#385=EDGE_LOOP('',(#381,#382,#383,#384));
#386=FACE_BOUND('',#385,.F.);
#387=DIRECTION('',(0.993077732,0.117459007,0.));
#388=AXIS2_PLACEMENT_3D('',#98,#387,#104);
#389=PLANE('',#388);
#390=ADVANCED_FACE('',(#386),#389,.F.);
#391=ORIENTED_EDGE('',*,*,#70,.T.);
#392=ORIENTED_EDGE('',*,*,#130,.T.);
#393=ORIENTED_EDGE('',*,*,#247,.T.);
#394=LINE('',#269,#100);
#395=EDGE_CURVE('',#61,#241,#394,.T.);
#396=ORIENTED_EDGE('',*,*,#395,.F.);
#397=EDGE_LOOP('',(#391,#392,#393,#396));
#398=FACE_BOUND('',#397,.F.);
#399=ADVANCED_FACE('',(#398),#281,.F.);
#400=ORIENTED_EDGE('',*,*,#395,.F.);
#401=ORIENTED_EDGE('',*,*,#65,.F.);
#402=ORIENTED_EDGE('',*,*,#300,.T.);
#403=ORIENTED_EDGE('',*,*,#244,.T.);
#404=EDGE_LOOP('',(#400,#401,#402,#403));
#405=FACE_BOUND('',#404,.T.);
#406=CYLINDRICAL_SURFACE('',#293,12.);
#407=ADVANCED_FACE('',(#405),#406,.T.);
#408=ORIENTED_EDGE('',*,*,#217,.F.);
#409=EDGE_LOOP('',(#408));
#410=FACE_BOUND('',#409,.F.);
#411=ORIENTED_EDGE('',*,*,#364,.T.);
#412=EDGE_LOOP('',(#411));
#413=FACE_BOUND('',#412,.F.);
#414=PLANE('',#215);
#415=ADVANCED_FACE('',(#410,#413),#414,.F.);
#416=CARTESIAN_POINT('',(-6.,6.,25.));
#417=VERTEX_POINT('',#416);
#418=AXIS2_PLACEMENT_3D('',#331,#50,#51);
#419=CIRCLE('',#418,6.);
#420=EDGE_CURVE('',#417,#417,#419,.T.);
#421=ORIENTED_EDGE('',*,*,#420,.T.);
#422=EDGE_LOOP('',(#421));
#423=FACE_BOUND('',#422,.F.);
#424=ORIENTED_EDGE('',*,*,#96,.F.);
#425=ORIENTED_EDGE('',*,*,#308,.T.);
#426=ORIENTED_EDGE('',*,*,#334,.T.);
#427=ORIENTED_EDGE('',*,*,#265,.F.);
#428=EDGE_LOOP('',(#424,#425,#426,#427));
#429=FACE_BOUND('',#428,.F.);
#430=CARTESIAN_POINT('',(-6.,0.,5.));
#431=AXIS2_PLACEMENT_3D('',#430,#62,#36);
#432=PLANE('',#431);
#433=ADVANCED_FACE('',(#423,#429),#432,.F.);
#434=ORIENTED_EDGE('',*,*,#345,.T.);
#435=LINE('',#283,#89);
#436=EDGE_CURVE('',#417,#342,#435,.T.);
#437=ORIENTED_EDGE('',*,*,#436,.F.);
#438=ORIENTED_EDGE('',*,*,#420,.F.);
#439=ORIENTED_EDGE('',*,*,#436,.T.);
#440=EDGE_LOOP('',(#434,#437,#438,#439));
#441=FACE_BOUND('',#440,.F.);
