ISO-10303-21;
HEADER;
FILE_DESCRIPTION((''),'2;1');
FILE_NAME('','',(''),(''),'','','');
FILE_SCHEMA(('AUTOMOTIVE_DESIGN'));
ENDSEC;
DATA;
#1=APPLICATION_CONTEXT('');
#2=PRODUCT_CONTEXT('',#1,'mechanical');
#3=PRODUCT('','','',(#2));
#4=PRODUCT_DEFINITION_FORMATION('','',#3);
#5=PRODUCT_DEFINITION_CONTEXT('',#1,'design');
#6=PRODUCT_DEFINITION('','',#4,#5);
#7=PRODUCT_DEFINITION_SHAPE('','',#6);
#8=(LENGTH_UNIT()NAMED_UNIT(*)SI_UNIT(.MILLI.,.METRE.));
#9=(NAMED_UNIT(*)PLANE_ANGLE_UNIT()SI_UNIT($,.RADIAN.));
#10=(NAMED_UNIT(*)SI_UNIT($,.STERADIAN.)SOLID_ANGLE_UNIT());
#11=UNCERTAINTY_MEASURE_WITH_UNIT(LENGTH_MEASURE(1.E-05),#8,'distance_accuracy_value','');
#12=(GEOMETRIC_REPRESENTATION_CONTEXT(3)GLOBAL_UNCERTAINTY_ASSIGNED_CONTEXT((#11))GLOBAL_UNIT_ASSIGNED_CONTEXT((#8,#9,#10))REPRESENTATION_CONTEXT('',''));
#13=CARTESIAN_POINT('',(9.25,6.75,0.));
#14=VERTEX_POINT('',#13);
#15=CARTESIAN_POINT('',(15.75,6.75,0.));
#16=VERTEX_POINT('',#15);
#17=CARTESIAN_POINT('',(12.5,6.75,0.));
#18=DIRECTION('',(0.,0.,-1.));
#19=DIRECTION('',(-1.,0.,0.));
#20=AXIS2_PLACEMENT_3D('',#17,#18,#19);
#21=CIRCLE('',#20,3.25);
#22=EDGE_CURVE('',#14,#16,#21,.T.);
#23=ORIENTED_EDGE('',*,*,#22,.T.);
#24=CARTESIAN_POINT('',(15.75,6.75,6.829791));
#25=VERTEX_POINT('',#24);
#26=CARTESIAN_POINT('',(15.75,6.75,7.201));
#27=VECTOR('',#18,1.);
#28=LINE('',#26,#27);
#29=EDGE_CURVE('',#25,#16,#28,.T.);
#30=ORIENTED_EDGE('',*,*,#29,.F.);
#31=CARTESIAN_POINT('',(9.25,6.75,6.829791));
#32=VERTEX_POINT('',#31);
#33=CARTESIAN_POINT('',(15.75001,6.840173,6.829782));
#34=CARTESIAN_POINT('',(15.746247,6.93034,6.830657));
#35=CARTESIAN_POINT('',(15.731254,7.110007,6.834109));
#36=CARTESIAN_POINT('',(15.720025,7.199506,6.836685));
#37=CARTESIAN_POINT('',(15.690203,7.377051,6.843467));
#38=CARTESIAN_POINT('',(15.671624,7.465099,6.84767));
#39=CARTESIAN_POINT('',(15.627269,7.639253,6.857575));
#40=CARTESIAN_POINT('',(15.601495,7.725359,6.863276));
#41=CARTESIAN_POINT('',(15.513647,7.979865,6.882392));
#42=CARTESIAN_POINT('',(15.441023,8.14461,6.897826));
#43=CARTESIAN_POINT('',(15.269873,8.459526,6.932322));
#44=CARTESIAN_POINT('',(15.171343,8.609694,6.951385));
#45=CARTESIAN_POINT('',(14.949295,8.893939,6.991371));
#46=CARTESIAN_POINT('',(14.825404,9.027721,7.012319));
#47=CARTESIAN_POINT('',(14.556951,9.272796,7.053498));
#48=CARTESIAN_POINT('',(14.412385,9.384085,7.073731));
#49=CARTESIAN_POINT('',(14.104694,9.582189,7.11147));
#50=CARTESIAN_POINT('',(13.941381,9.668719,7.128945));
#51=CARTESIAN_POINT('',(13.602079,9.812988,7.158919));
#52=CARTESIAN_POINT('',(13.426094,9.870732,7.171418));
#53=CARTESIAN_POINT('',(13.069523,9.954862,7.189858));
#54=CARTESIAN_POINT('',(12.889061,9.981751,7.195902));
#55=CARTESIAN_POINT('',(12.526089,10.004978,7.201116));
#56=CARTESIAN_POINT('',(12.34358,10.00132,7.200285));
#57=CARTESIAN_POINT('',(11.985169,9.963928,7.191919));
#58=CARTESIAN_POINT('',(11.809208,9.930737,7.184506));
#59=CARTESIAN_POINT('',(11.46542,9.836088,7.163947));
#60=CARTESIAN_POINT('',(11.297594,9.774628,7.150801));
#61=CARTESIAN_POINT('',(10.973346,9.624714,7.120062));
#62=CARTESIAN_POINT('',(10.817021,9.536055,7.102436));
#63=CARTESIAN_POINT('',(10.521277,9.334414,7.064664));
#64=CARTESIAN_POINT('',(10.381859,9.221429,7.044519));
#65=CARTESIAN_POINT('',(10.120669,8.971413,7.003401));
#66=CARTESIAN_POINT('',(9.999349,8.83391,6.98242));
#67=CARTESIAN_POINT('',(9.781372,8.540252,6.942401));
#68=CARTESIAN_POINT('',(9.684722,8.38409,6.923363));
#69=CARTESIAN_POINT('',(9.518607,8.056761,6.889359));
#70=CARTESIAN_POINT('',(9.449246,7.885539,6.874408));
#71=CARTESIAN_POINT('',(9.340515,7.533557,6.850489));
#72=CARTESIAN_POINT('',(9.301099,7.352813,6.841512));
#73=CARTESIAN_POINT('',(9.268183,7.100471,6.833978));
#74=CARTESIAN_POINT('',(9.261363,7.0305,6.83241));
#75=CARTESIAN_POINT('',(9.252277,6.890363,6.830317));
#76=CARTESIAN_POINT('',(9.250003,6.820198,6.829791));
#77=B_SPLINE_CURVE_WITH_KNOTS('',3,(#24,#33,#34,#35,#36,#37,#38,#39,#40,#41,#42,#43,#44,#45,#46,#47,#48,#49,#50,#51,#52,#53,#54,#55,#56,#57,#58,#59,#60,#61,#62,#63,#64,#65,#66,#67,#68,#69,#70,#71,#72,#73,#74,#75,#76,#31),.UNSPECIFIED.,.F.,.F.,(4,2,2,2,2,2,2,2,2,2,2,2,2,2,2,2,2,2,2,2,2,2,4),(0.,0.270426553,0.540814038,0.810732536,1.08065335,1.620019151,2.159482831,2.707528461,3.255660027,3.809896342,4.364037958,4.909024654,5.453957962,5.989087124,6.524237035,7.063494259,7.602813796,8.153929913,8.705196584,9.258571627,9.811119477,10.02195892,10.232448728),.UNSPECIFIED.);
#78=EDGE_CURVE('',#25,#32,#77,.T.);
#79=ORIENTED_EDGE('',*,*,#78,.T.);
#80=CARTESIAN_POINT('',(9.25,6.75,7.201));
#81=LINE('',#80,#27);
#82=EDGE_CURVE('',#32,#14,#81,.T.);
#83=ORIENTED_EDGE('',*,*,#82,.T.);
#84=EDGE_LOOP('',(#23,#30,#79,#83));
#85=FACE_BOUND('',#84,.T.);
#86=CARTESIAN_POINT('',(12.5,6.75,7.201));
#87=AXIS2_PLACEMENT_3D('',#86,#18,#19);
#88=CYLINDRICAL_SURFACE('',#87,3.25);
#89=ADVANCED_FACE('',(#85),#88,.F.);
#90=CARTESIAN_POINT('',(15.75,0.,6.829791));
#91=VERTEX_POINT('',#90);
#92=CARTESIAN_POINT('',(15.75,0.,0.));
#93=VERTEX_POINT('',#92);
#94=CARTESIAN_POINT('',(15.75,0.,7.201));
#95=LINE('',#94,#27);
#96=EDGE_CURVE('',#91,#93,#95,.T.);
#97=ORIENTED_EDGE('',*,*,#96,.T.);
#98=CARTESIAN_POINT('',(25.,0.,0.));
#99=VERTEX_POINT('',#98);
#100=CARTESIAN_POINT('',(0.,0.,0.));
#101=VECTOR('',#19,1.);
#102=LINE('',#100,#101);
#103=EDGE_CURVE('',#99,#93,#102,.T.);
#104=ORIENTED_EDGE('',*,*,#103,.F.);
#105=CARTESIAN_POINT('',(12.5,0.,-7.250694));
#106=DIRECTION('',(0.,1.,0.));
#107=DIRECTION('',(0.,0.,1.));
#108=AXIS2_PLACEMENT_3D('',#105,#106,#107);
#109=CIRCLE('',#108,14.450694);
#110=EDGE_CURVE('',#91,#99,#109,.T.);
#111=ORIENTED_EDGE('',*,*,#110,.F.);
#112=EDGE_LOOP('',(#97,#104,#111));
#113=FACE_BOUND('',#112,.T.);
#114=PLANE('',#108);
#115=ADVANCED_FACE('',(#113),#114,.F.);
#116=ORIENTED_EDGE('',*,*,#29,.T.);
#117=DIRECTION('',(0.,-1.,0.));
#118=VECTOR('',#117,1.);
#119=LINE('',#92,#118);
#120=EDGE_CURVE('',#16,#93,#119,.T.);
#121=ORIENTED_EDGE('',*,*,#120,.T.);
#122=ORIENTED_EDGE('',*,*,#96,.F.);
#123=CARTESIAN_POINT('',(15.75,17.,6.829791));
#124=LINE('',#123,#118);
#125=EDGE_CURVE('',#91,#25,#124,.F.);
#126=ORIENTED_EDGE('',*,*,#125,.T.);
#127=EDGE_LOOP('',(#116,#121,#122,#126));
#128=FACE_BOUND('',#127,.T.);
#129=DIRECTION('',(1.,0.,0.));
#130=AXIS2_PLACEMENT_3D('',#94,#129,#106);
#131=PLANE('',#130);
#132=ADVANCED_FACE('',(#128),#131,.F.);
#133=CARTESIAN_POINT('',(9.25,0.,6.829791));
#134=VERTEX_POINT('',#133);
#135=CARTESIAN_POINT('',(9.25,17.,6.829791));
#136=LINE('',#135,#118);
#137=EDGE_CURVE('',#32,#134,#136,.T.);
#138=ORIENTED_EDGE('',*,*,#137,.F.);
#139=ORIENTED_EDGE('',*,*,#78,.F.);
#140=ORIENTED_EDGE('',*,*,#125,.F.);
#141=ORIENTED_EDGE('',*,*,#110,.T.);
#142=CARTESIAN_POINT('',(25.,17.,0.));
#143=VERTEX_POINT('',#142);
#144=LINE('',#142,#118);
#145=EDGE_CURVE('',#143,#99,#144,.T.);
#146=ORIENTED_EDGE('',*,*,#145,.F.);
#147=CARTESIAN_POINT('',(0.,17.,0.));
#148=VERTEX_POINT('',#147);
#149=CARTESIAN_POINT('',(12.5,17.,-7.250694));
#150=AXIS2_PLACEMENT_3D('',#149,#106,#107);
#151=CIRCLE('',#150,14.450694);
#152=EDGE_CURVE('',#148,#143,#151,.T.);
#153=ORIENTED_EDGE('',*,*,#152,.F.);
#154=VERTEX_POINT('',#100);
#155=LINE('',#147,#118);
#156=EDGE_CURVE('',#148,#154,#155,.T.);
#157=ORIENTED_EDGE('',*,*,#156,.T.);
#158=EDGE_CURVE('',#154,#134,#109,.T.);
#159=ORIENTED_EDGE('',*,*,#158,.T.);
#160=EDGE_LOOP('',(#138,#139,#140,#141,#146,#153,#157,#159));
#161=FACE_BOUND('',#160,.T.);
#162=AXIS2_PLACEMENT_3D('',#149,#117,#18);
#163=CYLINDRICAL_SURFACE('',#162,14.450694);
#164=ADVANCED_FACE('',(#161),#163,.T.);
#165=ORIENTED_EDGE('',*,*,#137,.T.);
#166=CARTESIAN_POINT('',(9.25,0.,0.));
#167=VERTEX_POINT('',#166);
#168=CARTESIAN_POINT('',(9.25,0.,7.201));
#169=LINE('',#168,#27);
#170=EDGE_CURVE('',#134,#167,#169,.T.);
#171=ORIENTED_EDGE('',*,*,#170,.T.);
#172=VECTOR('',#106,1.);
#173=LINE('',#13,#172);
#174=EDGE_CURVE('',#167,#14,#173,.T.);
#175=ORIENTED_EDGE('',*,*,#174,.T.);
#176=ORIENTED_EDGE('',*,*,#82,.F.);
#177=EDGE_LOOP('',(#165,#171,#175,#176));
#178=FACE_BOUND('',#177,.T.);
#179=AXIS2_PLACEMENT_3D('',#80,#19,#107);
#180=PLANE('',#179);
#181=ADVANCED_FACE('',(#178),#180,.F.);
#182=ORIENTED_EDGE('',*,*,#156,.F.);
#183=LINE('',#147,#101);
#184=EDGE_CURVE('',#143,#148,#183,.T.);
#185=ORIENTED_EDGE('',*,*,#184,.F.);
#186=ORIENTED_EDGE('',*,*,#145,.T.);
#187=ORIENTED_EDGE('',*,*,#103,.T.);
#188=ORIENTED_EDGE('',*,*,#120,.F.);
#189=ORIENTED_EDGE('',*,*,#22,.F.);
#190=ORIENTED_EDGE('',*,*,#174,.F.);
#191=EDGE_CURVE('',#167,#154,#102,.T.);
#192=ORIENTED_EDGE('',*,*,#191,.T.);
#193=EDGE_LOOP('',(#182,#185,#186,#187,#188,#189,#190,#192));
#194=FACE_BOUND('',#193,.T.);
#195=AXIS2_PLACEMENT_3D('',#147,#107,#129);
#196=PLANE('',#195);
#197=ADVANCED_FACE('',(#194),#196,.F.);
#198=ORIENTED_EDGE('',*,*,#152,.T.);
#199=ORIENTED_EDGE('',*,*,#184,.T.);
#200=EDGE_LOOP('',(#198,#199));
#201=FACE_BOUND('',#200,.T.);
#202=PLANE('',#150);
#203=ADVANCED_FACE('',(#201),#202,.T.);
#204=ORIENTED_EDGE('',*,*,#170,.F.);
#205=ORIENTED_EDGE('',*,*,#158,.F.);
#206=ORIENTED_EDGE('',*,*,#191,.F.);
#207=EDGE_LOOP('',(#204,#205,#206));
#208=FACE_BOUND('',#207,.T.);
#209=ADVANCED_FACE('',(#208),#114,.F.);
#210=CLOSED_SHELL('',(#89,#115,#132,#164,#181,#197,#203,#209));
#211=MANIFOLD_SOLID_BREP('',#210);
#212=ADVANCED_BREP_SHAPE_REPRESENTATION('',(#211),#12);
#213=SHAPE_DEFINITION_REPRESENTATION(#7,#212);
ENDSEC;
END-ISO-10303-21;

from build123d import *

# Parameters (mm, degrees)
BOSS_EXTRUDE1_DEPTH = 17
CUT_EXTRUDE1_REACH  = 9.2


with BuildPart() as part:
    # Sketch2 → Boss-Extrude1 (new body)
    with BuildSketch(Plane(origin=(0, 0, 0), x_dir=(1, 0, 0), z_dir=(0, 1, 0))):
        with BuildLine():
            Line((0, 0), (25, 0))
            ThreePointArc((25, 0), (12.5, -7.2), (0, 0))
        make_face()
    extrude(amount=BOSS_EXTRUDE1_DEPTH)

    # Sketch3 → Cut-Extrude1 (cut, up to next)
    with BuildSketch(Plane(origin=(0, 0, 0), x_dir=(-1, 0, 0), z_dir=(0, 0, -1)), mode=Mode.PRIVATE) as cut_extrude1_sk1:
        with BuildLine():
            Line((-15.75, 0), (-15.75, 6.75))
            ThreePointArc((-15.75, 6.75), (-12.5, 10), (-9.25, 6.75))
            Line((-9.25, 6.75), (-9.25, 0))
            Line((-9.25, 0), (-15.75, 0))
        make_face()
    cut_extrude1_tool1 = extrude(cut_extrude1_sk1.sketch, amount=-CUT_EXTRUDE1_REACH, mode=Mode.PRIVATE) & part.part
    add(cut_extrude1_tool1.solids().sort_by_distance((12.5, 4.679554, 0))[0], mode=Mode.SUBTRACT)


solid = part.part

* * * * *

**REQUIRED ACTION**.
Out of the material above, output word for word the line with "#1=APPLICATION_CONTEXT('');", the line with "#38=CARTESIAN_POINT('',(15.671624,7.465099,6.84767));", and all lines between them, with nothing else.

**EXERCISE SOLUTION**.
#1=APPLICATION_CONTEXT('');
#2=PRODUCT_CONTEXT('',#1,'mechanical');
#3=PRODUCT('','','',(#2));
#4=PRODUCT_DEFINITION_FORMATION('','',#3);
#5=PRODUCT_DEFINITION_CONTEXT('',#1,'design');
#6=PRODUCT_DEFINITION('','',#4,#5);
#7=PRODUCT_DEFINITION_SHAPE('','',#6);
#8=(LENGTH_UNIT()NAMED_UNIT(*)SI_UNIT(.MILLI.,.METRE.));
#9=(NAMED_UNIT(*)PLANE_ANGLE_UNIT()SI_UNIT($,.RADIAN.));
#10=(NAMED_UNIT(*)SI_UNIT($,.STERADIAN.)SOLID_ANGLE_UNIT());
#11=UNCERTAINTY_MEASURE_WITH_UNIT(LENGTH_MEASURE(1.E-05),#8,'distance_accuracy_value','');
#12=(GEOMETRIC_REPRESENTATION_CONTEXT(3)GLOBAL_UNCERTAINTY_ASSIGNED_CONTEXT((#11))GLOBAL_UNIT_ASSIGNED_CONTEXT((#8,#9,#10))REPRESENTATION_CONTEXT('',''));
#13=CARTESIAN_POINT('',(9.25,6.75,0.));
#14=VERTEX_POINT('',#13);
#15=CARTESIAN_POINT('',(15.75,6.75,0.));
#16=VERTEX_POINT('',#15);
#17=CARTESIAN_POINT('',(12.5,6.75,0.));
#18=DIRECTION('',(0.,0.,-1.));
#19=DIRECTION('',(-1.,0.,0.));
#20=AXIS2_PLACEMENT_3D('',#17,#18,#19);
#21=CIRCLE('',#20,3.25);
#22=EDGE_CURVE('',#14,#16,#21,.T.);
#23=ORIENTED_EDGE('',*,*,#22,.T.);
#24=CARTESIAN_POINT('',(15.75,6.75,6.829791));
#25=VERTEX_POINT('',#24);
#26=CARTESIAN_POINT('',(15.75,6.75,7.201));
#27=VECTOR('',#18,1.);
#28=LINE('',#26,#27);
#29=EDGE_CURVE('',#25,#16,#28,.T.);
#30=ORIENTED_EDGE('',*,*,#29,.F.);
#31=CARTESIAN_POINT('',(9.25,6.75,6.829791));
#32=VERTEX_POINT('',#31);
#33=CARTESIAN_POINT('',(15.75001,6.840173,6.829782));
#34=CARTESIAN_POINT('',(15.746247,6.93034,6.830657));
#35=CARTESIAN_POINT('',(15.731254,7.110007,6.834109));
#36=CARTESIAN_POINT('',(15.720025,7.199506,6.836685));
#37=CARTESIAN_POINT('',(15.690203,7.377051,6.843467));
#38=CARTESIAN_POINT('',(15.671624,7.465099,6.84767));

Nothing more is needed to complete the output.